Although researcher Dr. Sarah Bailey noted that it was impossible to ask a mouse if it is depressed, they could observe and model its behavior through two tests. The first involved causing the adolescent mice stress by forcing them to swim, while the second induced stress by suspending the mice by their tails.
Normally, a mouse will swim, climb or struggle, and only periodically stop in a period of resignation. A depressed mouse will remain it its resigned state longer than one that is healthy. The mice given human-equivalent doses of Accutane tended to show increased depression-related behavior.

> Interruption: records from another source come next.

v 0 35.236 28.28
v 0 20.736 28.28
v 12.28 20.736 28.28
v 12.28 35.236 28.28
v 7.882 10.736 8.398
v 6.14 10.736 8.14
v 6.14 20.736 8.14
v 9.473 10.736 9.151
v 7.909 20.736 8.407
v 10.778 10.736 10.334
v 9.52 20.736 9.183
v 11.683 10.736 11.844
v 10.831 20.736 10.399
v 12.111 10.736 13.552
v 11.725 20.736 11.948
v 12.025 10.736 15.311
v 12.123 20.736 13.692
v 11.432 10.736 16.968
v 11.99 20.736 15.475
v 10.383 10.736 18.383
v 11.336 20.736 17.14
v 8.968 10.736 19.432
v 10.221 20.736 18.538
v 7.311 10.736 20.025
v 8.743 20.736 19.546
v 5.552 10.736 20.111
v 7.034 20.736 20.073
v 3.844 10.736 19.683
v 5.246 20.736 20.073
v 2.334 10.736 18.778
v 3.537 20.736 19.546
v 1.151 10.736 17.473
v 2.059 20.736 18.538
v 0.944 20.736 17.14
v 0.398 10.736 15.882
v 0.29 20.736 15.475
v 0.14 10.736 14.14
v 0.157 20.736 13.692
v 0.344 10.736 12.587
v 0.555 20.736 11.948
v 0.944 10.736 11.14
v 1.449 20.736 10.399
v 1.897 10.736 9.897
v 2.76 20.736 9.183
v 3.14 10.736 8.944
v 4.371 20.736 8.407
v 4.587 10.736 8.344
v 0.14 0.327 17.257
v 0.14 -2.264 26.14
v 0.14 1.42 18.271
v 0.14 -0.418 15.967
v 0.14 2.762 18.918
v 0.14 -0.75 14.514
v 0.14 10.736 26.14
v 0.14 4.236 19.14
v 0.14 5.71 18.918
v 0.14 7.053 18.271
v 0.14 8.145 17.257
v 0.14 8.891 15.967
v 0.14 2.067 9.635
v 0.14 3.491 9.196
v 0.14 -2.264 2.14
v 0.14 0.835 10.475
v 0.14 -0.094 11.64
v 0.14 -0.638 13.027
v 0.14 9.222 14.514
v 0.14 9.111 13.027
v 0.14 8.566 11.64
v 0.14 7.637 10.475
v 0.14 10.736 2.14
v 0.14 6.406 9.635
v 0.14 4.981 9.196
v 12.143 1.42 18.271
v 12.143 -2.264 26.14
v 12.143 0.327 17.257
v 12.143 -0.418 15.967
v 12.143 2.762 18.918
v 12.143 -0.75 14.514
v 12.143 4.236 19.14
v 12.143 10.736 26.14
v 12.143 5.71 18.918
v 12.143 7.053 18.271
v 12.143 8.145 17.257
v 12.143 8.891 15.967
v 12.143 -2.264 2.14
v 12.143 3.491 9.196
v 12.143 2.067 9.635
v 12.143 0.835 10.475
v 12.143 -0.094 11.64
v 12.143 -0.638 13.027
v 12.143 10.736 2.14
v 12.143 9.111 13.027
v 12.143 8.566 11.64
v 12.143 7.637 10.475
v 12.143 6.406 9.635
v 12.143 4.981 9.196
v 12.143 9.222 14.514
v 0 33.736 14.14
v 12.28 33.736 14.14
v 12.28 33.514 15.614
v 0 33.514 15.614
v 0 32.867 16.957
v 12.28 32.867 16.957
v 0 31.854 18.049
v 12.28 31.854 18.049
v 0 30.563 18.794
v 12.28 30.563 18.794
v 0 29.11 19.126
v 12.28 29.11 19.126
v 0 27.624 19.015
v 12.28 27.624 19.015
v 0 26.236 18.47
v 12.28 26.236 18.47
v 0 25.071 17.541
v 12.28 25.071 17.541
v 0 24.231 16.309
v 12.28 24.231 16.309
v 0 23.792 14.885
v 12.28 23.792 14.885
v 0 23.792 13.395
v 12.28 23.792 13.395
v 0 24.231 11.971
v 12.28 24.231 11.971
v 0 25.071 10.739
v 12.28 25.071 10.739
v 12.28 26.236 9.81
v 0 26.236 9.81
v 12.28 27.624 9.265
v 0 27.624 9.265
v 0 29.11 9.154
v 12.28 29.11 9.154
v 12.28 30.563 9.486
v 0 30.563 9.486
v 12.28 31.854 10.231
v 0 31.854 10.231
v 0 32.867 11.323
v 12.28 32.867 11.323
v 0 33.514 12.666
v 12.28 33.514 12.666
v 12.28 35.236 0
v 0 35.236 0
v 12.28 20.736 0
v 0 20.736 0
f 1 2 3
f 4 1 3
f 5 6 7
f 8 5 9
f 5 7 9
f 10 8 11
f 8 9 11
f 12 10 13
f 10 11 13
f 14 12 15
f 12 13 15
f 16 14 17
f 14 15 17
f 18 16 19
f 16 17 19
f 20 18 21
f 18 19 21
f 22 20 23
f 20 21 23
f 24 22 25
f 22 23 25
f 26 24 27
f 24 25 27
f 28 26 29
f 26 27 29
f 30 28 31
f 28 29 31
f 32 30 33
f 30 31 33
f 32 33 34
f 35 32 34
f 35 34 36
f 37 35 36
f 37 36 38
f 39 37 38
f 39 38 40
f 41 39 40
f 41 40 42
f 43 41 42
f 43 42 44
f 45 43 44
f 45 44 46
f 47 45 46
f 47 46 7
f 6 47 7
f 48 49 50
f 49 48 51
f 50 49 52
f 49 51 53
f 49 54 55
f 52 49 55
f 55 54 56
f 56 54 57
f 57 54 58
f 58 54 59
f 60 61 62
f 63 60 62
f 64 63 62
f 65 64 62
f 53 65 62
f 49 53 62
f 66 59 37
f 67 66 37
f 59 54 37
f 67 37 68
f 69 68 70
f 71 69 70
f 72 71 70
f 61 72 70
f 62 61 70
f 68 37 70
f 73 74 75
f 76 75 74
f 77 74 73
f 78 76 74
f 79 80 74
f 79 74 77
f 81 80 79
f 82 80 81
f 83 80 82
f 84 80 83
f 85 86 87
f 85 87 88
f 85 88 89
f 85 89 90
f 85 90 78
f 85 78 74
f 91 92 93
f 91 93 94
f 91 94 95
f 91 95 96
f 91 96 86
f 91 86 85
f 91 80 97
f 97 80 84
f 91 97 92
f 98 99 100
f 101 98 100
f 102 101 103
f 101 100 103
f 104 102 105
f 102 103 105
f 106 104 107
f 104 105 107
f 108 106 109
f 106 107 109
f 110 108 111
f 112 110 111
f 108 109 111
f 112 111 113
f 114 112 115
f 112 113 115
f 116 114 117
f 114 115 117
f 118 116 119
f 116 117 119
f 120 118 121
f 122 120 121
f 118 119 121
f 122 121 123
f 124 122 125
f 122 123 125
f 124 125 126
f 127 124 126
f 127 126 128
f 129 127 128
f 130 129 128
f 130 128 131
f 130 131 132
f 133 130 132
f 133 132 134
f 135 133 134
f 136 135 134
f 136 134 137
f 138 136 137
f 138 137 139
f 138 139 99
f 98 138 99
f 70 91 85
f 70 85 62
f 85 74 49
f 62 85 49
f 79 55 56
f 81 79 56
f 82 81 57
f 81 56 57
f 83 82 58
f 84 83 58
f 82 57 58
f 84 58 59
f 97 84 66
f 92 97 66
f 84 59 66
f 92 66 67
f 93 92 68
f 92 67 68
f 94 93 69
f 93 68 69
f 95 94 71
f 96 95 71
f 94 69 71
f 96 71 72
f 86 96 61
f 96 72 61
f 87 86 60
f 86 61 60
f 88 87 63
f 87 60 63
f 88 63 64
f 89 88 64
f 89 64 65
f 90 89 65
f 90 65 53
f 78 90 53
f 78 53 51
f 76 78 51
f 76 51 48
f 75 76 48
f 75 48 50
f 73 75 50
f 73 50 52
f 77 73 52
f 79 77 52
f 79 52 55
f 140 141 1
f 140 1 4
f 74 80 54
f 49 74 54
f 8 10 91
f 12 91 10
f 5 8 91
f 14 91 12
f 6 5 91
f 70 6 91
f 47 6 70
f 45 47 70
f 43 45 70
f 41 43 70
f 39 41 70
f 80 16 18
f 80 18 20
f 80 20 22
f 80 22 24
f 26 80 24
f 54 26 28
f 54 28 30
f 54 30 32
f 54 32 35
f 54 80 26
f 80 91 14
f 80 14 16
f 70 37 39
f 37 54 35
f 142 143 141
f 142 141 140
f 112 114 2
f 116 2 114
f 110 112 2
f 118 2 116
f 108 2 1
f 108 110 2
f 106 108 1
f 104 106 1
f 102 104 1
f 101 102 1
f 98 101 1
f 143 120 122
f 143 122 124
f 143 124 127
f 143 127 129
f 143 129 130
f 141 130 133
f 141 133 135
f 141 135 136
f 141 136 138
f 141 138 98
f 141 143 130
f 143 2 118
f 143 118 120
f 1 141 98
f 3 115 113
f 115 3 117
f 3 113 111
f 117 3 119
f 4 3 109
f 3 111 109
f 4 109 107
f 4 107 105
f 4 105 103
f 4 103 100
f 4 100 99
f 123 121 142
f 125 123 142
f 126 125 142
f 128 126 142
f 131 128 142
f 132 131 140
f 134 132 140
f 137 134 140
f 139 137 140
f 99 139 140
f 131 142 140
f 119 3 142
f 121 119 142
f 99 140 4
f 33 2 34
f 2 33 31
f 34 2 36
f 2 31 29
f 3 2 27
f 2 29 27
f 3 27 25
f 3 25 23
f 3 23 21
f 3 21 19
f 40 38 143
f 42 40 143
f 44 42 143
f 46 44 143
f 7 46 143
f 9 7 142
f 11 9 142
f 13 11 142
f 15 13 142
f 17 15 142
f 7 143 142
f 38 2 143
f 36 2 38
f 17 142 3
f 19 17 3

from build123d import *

# Parameters (mm, degrees)
SKETCH1_W           = 12.28
SKETCH1_H           = 14.5
BOSS_EXTRUDE1_DEPTH = 28.28
SKETCH2_R           = 5
CUT_EXTRUDE1_DEPTH  = 28.27
SKETCH3_R           = 6
BOSS_EXTRUDE2_DEPTH = 10
SKETCH4_R           = 6
BOSS_EXTRUDE3_DEPTH = 13
SKETCH5_R           = 5
CUT_EXTRUDE2_DEPTH  = 13


with BuildPart() as part:
    # Sketch1 → Boss-Extrude1 (new body)
    with BuildSketch(Plane.XY):
        with Locations((6.14, 27.98627451)):
            Rectangle(SKETCH1_W, SKETCH1_H)
    extrude(amount=BOSS_EXTRUDE1_DEPTH)

    # Sketch2 → Cut-Extrude1 (cut)
    with BuildSketch(Plane(origin=(12.28, 0, 0), x_dir=(0, 0, -1), z_dir=(1, 0, 0))):
        with Locations(Location((-14.14, 28.73627451, 0), (0, 0, 90))):
            Circle(SKETCH2_R)
    extrude(amount=-CUT_EXTRUDE1_DEPTH, mode=Mode.SUBTRACT)

    # Sketch3 → Boss-Extrude2 (add)
    with BuildSketch(Plane.XZ.offset(-20.73627451)):
        with Locations(Location((6.14, 14.14, 0), (0, 0, 270))):
            Circle(SKETCH3_R)
    extrude(amount=BOSS_EXTRUDE2_DEPTH)

    # Sketch4 → Boss-Extrude3 (add)
    # profile 1 of 2: a face of its own
    with BuildSketch(Plane.XZ.offset(-10.73627451)):
        Polygon((0.14, 26.14), (2.09119792, 26.14), (12.143195084, 26.14), (12.143195084, 2.14), (0.14, 2.14), (0.14, 14.14), align=None)
        with Locations(Location((6.14, 14.14, 0), (0, 0, 180))):
            Circle(SKETCH4_R, mode=Mode.SUBTRACT)
    # profile 2 of 2: a face of its own
    with BuildSketch(Plane.XZ.offset(-10.73627451)):
        with Locations(Location((6.14, 14.14, 0), (0, 0, 180))):
            Circle(SKETCH4_R)
    extrude(amount=BOSS_EXTRUDE3_DEPTH)

    # Sketch5 → Cut-Extrude2 (cut)
    with BuildSketch(Plane.ZY.offset(-0.14)):
        with Locations((14.14, 4.23627451)):
            Circle(SKETCH5_R)
    extrude(amount=-CUT_EXTRUDE2_DEPTH, mode=Mode.SUBTRACT)


solid = part.part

Accutane is a member of the drug class known as retinoids, which have been shown to affect the way the body reads genes. Use of the drug while pregnant is known to damage fetuses and reduce the amount of brain cells that they generate, which is why precautions are taken to ensure women who are pregnant or who may become pregnant do not use the drug, but recent studies suggest that brain-cell generation may be equally important in adolescents and adults. Bailey suggested Accutane might also interfere with the body's production of the mood hormone serotonin.

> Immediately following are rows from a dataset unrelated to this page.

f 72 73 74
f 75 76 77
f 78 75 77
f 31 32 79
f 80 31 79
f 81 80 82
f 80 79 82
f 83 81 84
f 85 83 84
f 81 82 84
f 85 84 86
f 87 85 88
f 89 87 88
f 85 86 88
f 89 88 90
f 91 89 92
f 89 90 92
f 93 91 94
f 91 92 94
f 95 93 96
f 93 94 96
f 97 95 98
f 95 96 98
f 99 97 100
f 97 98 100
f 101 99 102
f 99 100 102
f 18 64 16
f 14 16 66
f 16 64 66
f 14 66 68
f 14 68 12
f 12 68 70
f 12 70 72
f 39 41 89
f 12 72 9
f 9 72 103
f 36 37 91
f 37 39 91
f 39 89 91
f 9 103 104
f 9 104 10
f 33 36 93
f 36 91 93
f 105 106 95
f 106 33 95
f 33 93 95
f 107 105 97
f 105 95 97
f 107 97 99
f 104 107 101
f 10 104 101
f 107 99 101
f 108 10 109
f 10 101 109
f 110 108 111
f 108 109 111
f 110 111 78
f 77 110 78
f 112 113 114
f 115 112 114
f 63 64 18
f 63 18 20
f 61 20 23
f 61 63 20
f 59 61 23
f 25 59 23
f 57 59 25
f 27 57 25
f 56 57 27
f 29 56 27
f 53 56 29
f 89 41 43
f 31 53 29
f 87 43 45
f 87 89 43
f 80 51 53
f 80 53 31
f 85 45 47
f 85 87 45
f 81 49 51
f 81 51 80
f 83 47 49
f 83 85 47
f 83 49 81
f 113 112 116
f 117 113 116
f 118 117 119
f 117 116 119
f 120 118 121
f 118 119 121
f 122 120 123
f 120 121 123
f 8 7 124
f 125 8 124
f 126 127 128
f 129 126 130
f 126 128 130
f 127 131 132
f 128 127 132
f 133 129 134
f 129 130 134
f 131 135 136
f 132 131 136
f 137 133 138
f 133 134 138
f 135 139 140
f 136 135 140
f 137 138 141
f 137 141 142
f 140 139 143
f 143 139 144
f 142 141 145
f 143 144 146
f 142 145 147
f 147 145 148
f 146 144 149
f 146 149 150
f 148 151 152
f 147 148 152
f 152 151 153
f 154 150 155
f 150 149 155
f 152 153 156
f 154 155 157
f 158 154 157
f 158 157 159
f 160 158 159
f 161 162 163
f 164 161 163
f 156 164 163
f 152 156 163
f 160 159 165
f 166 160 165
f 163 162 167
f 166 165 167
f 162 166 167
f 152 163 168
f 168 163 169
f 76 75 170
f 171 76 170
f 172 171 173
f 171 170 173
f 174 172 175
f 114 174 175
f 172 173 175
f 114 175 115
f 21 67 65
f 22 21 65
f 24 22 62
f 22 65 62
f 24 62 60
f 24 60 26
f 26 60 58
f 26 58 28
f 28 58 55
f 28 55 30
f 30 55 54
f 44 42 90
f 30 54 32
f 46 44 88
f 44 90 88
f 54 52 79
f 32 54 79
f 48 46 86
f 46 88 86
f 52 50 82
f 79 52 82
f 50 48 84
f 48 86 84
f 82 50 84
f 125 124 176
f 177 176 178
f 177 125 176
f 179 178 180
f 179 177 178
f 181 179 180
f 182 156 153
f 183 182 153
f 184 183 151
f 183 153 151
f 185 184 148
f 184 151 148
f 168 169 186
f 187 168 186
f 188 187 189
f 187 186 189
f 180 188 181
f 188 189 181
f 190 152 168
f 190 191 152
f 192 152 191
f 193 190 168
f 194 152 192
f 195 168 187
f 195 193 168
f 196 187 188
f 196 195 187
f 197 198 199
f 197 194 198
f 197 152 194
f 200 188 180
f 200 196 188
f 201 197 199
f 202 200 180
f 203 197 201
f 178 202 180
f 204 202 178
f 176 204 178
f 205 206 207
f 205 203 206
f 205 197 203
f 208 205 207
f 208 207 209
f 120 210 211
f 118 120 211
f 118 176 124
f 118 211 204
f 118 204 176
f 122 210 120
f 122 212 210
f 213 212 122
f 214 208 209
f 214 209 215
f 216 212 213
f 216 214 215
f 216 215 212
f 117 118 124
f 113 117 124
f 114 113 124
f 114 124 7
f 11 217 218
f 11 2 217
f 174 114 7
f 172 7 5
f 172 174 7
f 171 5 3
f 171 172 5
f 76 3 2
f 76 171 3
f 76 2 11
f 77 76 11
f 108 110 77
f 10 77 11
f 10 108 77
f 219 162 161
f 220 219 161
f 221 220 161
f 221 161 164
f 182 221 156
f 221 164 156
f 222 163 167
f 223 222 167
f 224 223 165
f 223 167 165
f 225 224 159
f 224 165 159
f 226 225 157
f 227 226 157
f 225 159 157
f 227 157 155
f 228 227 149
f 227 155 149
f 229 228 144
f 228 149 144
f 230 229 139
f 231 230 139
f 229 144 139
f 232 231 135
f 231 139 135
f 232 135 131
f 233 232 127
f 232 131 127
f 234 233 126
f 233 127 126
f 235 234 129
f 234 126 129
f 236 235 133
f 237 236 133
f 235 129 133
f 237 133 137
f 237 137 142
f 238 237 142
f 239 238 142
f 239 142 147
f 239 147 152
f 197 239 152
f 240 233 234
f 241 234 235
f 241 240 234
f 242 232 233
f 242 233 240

While evidence from the more than 13 million users of Accutane worldwide suggests that only 5 to 10 percent experience the side effect, retinoids have also been implied in connections to Alzheimer's disease and schizophrenia, so doctors are eager to understand how the drug works.
Accutane maker Roche claims, "While no causal link has been established between Accutane and either depression or suicide, we are constantly monitoring all available safety databases on Accutane worldwide." However, the World Health Organization has reported 720 cases of psychiatric problems linked to the use of Accutane, including 84 suicides and suicide attempts.